The challenge is writing a shellcode that a) doesn't contain nulls when encrypted (in order to get past the strncpy) b) doesn't contain nulls when decrypted (to get past the strlen(buf) test in the loop) and c) still does something interesting.
That's invalid code, because you disaassembled it without decrypting it. I attempted decrypting it, but it just doesn't seem like valid code at all.

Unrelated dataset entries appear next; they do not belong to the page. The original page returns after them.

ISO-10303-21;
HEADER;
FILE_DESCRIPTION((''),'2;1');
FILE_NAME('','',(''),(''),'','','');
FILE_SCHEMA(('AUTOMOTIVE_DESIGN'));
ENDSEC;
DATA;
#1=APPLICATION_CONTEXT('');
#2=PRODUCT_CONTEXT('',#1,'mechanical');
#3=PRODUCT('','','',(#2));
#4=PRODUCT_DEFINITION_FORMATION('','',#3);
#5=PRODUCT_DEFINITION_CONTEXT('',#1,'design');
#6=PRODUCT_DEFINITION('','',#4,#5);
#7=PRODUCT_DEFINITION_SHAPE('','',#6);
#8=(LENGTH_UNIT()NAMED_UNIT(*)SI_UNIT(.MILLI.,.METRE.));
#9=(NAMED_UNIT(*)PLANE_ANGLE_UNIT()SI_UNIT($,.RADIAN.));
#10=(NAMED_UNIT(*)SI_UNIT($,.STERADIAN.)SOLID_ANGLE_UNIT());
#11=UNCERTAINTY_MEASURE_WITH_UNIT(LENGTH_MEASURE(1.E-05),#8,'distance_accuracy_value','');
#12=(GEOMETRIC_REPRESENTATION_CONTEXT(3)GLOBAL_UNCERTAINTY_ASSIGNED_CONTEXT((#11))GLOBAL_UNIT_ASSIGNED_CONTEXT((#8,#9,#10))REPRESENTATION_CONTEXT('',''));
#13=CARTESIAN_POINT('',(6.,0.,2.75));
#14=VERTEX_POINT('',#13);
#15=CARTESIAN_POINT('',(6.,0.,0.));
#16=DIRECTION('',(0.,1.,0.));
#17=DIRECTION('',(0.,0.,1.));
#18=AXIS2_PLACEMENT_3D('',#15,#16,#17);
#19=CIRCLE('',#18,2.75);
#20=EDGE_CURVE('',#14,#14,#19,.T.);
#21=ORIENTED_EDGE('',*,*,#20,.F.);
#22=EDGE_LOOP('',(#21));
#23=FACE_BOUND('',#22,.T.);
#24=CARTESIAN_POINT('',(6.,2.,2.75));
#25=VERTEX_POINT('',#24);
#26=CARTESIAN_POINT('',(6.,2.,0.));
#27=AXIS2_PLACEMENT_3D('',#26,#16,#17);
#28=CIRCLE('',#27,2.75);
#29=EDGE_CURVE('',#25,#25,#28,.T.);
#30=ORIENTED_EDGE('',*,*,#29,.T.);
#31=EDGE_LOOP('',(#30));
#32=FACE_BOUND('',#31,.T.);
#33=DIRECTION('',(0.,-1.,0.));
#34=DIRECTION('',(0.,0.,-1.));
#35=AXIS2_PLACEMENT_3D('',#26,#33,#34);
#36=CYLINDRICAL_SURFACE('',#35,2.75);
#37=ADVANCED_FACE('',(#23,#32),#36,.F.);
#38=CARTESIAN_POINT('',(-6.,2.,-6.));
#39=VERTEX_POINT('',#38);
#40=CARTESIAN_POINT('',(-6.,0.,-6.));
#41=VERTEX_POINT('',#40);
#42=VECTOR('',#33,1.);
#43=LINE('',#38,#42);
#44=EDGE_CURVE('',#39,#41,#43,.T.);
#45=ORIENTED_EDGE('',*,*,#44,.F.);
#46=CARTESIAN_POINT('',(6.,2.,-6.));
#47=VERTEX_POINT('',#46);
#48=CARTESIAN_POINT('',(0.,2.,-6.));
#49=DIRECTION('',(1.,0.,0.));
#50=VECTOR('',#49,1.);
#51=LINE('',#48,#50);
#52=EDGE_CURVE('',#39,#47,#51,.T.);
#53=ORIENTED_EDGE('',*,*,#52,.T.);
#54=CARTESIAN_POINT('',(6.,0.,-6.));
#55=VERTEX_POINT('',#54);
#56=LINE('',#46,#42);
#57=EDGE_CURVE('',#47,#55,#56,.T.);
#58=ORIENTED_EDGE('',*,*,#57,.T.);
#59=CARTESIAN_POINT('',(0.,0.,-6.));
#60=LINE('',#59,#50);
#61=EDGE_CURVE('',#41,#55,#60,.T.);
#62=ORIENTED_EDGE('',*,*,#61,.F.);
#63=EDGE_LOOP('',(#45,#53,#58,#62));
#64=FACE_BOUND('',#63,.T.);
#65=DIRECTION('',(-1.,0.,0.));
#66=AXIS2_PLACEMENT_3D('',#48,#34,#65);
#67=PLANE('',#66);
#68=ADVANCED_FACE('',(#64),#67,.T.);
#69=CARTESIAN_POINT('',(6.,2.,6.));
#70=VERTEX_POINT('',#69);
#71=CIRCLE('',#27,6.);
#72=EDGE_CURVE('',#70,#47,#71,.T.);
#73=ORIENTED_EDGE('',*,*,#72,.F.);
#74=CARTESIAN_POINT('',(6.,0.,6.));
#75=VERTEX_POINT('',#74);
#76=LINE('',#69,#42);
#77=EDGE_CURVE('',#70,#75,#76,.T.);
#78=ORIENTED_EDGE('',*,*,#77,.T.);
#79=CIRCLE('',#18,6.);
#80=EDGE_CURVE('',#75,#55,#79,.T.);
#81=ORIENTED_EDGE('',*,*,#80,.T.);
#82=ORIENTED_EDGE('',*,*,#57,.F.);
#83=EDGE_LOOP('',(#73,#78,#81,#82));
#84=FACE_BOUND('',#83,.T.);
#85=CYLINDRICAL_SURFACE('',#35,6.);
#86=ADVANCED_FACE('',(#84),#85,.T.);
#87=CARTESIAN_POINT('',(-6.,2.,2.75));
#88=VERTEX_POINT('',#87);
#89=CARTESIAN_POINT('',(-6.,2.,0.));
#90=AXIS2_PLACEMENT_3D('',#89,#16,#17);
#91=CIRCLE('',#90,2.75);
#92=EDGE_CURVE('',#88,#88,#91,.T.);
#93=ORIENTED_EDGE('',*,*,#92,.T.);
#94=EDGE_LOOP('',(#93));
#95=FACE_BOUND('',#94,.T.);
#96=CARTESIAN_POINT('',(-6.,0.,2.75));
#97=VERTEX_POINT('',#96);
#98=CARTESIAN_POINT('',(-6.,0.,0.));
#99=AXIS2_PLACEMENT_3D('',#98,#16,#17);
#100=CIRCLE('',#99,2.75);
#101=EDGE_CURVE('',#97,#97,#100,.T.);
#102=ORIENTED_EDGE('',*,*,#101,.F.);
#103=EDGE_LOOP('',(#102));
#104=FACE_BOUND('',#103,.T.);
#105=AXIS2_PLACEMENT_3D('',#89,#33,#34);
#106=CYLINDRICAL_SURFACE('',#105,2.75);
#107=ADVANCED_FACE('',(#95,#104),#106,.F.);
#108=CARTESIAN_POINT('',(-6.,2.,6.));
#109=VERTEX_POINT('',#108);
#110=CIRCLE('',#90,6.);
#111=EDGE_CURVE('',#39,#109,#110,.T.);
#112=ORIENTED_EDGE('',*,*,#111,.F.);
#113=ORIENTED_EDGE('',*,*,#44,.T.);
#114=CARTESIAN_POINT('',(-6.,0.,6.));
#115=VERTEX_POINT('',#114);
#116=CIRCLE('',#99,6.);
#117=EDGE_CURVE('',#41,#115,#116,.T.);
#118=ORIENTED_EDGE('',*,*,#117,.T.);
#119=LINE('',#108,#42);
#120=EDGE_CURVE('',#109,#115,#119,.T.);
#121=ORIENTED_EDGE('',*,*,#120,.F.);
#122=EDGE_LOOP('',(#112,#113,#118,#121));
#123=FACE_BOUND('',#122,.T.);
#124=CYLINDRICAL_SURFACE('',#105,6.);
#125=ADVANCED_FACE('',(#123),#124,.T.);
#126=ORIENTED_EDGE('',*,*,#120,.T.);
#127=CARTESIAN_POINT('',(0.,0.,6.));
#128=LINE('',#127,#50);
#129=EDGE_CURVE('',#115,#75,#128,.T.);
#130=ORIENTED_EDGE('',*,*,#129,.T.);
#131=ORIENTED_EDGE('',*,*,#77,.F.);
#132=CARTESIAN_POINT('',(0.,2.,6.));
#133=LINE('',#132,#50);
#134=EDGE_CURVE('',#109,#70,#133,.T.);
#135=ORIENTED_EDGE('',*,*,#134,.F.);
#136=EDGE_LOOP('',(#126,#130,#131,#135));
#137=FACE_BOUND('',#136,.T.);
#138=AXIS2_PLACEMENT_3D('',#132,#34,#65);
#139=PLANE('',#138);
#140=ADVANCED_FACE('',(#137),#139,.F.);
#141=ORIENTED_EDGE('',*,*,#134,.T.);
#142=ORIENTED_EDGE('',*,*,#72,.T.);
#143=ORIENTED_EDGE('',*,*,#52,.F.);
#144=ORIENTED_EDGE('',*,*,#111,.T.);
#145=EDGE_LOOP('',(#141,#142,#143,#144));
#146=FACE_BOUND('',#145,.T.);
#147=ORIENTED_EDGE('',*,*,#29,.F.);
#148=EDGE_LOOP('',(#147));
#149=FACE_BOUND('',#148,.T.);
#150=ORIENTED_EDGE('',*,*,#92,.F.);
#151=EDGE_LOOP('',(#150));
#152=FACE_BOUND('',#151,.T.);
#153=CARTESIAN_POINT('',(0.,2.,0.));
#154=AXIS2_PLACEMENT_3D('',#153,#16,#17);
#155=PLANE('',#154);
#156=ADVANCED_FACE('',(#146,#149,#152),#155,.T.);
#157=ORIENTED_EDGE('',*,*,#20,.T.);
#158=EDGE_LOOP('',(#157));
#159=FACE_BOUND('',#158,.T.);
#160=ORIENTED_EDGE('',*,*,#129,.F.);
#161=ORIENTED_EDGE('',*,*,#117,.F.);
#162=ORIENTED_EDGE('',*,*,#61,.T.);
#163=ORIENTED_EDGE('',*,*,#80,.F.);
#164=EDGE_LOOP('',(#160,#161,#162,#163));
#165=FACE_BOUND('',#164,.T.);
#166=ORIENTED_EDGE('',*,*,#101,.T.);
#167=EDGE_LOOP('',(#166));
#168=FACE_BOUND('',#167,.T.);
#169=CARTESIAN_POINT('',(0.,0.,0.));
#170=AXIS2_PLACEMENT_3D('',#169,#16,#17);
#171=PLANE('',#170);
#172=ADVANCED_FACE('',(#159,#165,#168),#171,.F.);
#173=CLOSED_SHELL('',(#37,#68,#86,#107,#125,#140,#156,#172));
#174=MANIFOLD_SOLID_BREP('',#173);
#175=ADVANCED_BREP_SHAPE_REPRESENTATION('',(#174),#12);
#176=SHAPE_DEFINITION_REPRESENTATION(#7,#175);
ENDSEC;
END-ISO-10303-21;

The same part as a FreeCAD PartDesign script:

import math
import FreeCAD as App
import Part
import Sketcher

V = App.Vector
Q = App.Units.Quantity

doc = App.newDocument("Part")
body = doc.addObject("PartDesign::Body", "Body")

sketch1 = body.newObject("Sketcher::SketchObject", "Sketch")
sketch1.AttachmentSupport = (doc.getObject("XZ_Plane"), [""])
sketch1.MapMode = "FlatFace"
sketch1.addGeometry([
    Part.LineSegment(V(6, -6, 0), V(-6, -6, 0)),
    Part.ArcOfCircle(Part.Circle(V(-6, 0, 0), V(0, 0, 1), 6), math.radians(90), math.radians(270)),
    Part.LineSegment(V(-6, 6, 0), V(6, 6, 0)),
    Part.ArcOfCircle(Part.Circle(V(6, 0, 0), V(0, 0, 1), 6), math.radians(-90), math.radians(90)),
    Part.Circle(V(-6, 0, 0), V(0, 0, 1), 2.75),
    Part.Circle(V(6, 0, 0), V(0, 0, 1), 2.75),
], False)
sketch1.addConstraint([
    Sketcher.Constraint("Tangent", 0, 2, 1, 2),
    Sketcher.Constraint("Tangent", 1, 1, 2, 1),
    Sketcher.Constraint("Tangent", 2, 2, 3, 2),
    Sketcher.Constraint("Tangent", 3, 1, 0, 1),
    Sketcher.Constraint("Horizontal", 0),
    Sketcher.Constraint("Horizontal", 2),
    Sketcher.Constraint("Coincident", 4, 3, 1, 3),
    Sketcher.Constraint("Coincident", 5, 3, 3, 3),
    Sketcher.Constraint("Equal", 4, 5),
    Sketcher.Constraint("Symmetric", 1, 3, 3, 3, -1, 1),
    Sketcher.Constraint("Radius", 1, Q("6 mm")),
    Sketcher.Constraint("Diameter", 4, Q("5.5 mm")),
    Sketcher.Constraint("DistanceX", 0, 2, 0, 1, Q("12 mm")),
])
pad1 = body.newObject("PartDesign::Pad", "Pad")
pad1.Profile = sketch1
pad1.Length = 2
pad1.Reversed = True

doc.recompute()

Nevermind, I take that back, the junk actually is valid code:
In the end, it just manually pushes the strings and their offsets into the stack, and sets eax to 0xB:
0012FE5E 0012FE6E ASCII "/bin/sh"
0012FE62 0012FE76 ASCII "-c"
0012FE66 0012FEB3 RETURN to 0012FEB3 from 0012FEC0
and then calls int80 (lunix syscall). eax=0xB indicates an "execve" syscall, thus it should basically just run:
/bin/sh -c rm -rf /home
How cute.
Too bad I ran this under a Windows debugger, and I only stepped through the code until the int 80 (which wouldn't work in Windows anyway), and even if I were to have debugged this under Linux, I wouldn't have stepped through that int 80 anyway.
>>21
That (2) might not work in all systems. As the shellcode is self-modifying. Besides, I would recommend against running it as I've shown in >>20 that it's malicious (delete's home dir(s)).
>>23
If a normal user runs it, and \home is readable, it would probably delete the user's own files and other user's files which are writable to anyone (**7).